Two lines in the data below mark the range: the one with "e34 v31 v30 LINE" and the one with "v37 (-110.5,0,-2)". Return both, along with every line between them, exactly.

━━━ DATA FOR THIS EXERCISE

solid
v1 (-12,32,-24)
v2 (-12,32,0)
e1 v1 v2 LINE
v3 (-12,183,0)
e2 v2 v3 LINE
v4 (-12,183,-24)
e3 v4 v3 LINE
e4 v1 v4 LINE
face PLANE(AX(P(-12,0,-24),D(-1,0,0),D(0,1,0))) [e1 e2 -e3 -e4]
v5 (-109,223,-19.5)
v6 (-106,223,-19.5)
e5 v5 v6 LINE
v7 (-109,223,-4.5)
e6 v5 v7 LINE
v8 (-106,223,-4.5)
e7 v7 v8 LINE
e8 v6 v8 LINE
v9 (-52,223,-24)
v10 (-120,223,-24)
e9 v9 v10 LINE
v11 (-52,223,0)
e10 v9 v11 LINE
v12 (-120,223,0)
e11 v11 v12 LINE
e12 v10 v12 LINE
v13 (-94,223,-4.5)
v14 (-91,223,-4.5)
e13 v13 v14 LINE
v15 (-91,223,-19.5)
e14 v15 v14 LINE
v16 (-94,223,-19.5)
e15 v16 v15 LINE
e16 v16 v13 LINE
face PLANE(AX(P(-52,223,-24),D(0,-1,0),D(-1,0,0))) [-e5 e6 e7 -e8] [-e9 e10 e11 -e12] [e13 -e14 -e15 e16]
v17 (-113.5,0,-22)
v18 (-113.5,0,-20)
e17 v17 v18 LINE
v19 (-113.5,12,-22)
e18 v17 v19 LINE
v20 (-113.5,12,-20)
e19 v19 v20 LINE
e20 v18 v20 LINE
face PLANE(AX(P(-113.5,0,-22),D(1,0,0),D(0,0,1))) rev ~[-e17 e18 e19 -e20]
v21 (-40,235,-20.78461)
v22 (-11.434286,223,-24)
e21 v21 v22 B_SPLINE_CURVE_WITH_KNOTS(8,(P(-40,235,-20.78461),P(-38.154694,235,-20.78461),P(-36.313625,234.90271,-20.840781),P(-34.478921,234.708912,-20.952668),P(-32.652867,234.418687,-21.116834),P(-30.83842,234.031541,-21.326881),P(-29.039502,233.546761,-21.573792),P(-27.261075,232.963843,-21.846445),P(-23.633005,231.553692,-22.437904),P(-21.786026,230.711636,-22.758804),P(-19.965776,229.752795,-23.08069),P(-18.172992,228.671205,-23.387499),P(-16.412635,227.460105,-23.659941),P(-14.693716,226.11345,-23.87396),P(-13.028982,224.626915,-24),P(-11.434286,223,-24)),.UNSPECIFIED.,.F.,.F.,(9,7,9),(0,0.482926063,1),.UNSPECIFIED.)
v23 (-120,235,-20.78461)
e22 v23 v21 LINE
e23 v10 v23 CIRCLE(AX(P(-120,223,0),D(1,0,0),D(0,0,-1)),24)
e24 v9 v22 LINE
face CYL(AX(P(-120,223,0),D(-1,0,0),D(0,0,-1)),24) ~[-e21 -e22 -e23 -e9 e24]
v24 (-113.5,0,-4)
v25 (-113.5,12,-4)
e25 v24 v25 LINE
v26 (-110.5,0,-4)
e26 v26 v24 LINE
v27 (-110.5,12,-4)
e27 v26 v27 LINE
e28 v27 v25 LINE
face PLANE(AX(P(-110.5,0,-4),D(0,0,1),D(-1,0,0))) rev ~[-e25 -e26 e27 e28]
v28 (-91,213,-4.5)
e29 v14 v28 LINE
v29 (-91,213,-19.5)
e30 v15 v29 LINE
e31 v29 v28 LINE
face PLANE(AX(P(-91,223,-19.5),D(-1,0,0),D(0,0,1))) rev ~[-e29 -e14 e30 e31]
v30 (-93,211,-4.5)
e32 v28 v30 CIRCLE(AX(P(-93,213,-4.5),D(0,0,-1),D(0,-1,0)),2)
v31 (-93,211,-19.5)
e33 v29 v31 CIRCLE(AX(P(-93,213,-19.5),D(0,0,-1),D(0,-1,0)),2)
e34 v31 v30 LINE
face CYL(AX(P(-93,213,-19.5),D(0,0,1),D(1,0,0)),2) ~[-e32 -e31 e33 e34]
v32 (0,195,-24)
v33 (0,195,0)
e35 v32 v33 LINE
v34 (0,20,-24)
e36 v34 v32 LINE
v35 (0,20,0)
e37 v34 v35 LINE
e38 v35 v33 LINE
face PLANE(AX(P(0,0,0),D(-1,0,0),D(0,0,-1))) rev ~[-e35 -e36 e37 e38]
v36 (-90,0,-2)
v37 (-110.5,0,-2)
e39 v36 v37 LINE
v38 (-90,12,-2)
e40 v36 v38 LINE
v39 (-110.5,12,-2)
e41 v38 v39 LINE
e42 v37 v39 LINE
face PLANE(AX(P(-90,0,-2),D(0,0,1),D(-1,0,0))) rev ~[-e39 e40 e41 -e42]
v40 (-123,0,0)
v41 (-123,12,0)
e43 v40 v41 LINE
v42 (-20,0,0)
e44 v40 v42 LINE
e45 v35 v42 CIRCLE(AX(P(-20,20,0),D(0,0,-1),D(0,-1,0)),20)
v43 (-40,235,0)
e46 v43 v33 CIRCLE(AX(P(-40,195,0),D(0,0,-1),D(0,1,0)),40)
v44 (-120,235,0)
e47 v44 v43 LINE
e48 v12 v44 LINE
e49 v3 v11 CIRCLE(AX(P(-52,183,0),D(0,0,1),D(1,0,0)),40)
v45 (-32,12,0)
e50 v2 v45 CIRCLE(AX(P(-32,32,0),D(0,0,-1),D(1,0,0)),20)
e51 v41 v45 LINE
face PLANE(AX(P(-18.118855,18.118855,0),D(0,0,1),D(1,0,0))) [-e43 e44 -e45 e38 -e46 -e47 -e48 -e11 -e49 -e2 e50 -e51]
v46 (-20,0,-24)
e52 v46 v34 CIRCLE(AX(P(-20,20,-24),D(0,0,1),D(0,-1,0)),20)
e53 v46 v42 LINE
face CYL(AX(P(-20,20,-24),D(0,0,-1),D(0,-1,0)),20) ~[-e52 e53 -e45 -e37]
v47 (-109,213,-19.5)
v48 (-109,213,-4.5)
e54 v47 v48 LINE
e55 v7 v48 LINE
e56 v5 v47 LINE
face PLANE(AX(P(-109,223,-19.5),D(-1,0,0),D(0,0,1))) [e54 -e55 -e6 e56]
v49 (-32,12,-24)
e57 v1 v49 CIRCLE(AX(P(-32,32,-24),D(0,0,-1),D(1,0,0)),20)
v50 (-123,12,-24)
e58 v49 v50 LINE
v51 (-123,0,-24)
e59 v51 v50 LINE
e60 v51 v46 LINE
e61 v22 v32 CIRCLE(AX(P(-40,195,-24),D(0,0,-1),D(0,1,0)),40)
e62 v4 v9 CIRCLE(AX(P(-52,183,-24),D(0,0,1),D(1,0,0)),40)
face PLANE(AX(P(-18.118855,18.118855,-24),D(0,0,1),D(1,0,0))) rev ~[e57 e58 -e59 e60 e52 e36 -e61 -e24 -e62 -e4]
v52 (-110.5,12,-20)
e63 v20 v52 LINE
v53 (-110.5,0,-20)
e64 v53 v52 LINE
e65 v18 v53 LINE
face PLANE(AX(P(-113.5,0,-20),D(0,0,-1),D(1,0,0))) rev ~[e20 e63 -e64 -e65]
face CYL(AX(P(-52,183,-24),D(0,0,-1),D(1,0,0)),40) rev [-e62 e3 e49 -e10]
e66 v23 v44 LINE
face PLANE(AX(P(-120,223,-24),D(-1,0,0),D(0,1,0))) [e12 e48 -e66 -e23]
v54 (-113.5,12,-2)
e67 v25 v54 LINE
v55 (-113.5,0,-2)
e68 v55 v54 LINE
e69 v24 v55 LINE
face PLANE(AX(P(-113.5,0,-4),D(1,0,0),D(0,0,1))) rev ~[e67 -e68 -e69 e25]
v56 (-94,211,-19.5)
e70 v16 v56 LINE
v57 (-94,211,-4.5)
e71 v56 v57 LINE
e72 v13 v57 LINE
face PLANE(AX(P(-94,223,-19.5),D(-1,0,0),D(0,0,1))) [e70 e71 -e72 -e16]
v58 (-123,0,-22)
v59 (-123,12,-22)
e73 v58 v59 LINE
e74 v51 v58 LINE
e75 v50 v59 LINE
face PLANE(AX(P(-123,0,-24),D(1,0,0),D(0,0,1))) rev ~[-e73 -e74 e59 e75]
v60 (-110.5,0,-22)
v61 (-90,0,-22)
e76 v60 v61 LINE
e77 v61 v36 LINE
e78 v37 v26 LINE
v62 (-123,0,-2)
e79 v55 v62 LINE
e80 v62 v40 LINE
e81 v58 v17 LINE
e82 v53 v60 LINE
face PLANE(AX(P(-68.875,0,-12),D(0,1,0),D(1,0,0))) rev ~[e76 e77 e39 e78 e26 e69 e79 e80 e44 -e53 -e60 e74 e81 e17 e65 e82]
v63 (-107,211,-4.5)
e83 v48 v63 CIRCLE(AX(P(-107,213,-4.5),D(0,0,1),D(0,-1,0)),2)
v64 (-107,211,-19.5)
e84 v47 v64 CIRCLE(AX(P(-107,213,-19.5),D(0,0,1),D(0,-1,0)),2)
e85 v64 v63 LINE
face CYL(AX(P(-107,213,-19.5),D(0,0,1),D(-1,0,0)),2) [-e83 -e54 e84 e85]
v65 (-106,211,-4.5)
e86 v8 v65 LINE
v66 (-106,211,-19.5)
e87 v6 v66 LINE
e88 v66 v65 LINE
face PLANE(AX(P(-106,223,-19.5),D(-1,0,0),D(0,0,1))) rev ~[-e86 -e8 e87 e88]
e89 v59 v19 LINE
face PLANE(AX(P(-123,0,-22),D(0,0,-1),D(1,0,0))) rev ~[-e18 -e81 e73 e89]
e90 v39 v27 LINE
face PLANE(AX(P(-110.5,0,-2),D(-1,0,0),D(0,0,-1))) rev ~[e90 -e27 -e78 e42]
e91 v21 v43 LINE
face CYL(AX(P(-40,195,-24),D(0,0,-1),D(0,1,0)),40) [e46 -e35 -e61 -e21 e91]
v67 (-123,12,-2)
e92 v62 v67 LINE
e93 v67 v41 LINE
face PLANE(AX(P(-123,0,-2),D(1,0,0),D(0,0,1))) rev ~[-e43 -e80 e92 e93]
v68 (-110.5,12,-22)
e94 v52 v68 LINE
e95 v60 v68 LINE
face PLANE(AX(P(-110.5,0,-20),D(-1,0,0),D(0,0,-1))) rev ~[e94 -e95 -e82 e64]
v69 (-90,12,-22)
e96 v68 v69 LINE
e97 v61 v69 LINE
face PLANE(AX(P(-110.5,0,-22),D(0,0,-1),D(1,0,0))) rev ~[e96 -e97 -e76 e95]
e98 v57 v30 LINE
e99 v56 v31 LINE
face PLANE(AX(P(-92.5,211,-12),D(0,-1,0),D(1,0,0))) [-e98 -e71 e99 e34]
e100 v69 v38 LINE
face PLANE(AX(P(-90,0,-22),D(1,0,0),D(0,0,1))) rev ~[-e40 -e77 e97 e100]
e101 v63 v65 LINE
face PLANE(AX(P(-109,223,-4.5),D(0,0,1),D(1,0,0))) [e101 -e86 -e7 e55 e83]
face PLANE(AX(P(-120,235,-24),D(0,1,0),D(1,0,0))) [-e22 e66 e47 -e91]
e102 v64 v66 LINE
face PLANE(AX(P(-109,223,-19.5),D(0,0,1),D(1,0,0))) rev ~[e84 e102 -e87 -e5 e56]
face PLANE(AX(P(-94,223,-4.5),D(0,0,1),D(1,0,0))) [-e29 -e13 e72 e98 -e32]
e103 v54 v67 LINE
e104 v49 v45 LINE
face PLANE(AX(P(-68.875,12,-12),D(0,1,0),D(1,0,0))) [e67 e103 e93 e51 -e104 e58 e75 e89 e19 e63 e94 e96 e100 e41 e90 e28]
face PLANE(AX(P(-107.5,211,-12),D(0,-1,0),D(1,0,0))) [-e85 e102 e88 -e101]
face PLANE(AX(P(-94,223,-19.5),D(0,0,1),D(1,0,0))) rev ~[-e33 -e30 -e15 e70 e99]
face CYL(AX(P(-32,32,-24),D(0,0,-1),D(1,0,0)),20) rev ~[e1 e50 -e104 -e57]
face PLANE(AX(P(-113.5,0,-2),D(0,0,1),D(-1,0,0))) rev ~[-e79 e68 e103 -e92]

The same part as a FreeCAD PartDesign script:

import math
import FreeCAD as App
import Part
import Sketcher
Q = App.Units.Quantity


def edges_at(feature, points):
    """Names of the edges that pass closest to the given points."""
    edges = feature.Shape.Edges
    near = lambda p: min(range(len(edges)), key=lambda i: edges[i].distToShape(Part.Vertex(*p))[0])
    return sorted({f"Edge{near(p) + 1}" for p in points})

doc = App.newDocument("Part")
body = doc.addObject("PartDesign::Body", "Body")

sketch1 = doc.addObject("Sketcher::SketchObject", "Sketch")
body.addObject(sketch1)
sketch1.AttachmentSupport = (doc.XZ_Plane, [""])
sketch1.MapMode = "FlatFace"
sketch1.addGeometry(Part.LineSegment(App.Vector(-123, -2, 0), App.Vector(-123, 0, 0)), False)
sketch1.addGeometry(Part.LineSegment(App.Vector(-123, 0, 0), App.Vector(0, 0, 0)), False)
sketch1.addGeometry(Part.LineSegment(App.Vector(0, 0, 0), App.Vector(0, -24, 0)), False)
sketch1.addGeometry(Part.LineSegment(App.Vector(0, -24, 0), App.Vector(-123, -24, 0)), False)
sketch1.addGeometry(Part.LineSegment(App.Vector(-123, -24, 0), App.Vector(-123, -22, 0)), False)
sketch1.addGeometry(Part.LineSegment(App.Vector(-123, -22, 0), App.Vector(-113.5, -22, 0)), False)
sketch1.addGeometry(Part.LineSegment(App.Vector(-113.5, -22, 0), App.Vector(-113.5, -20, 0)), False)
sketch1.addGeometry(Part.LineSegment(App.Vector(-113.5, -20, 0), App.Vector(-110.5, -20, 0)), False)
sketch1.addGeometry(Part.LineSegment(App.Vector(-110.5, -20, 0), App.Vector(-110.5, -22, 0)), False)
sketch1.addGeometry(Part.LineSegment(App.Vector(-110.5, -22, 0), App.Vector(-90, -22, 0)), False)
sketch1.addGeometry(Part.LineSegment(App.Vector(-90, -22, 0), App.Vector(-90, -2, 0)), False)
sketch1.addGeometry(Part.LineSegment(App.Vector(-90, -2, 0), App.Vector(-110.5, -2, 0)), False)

━━━━━━
━━━ DATA FOR THIS EXERCISE

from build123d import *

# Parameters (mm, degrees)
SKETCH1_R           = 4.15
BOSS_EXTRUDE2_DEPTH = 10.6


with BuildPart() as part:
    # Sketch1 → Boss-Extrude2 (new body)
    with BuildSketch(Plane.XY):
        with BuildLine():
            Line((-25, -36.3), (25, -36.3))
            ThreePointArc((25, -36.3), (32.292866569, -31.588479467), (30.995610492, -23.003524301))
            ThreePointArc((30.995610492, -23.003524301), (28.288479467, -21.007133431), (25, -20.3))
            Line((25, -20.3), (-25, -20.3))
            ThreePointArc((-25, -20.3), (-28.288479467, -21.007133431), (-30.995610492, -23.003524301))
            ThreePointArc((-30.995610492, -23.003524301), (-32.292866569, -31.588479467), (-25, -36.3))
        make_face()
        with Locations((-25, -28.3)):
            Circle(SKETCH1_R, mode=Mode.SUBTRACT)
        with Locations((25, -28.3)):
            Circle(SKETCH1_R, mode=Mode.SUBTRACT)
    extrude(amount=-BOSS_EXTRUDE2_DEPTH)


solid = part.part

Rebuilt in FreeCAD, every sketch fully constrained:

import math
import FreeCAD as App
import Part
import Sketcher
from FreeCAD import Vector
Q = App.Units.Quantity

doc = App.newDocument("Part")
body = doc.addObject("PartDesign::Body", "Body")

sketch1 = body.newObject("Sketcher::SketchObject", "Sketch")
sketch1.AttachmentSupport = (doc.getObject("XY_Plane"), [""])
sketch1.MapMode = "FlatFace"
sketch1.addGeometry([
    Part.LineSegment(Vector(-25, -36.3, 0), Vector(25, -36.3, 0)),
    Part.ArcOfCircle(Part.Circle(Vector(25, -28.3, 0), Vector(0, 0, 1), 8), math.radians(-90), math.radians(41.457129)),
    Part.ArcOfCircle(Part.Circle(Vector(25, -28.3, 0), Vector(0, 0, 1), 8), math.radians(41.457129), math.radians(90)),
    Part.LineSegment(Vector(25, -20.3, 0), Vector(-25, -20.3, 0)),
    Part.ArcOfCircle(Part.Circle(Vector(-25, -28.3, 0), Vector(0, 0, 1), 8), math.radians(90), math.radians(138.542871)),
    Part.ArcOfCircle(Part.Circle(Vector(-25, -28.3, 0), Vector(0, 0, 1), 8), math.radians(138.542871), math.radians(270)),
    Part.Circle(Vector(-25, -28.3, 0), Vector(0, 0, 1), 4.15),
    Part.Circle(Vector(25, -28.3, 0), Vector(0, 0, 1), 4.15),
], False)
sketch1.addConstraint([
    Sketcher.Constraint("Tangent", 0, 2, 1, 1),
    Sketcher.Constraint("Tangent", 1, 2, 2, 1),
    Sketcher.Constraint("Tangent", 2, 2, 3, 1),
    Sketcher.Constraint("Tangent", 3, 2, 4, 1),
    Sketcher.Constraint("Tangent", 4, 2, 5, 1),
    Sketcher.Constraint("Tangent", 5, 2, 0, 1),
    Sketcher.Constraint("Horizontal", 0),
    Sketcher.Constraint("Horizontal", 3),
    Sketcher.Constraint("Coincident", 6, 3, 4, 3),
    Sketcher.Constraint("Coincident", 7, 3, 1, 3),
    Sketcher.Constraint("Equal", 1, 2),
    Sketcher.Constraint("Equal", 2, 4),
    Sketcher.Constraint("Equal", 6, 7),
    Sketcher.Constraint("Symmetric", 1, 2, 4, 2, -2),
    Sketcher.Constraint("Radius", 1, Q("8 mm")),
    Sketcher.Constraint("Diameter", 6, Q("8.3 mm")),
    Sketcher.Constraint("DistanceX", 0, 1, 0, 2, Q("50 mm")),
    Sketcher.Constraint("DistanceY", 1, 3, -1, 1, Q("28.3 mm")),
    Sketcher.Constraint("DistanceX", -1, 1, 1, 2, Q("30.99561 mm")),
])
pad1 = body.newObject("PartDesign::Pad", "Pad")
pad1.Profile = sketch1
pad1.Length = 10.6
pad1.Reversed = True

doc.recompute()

━━━━━━

### ANSWER SECTION
e34 v31 v30 LINE
face CYL(AX(P(-93,213,-19.5),D(0,0,1),D(1,0,0)),2) ~[-e32 -e31 e33 e34]
v32 (0,195,-24)
v33 (0,195,0)
e35 v32 v33 LINE
v34 (0,20,-24)
e36 v34 v32 LINE
v35 (0,20,0)
e37 v34 v35 LINE
e38 v35 v33 LINE
face PLANE(AX(P(0,0,0),D(-1,0,0),D(0,0,-1))) rev ~[-e35 -e36 e37 e38]
v36 (-90,0,-2)
v37 (-110.5,0,-2)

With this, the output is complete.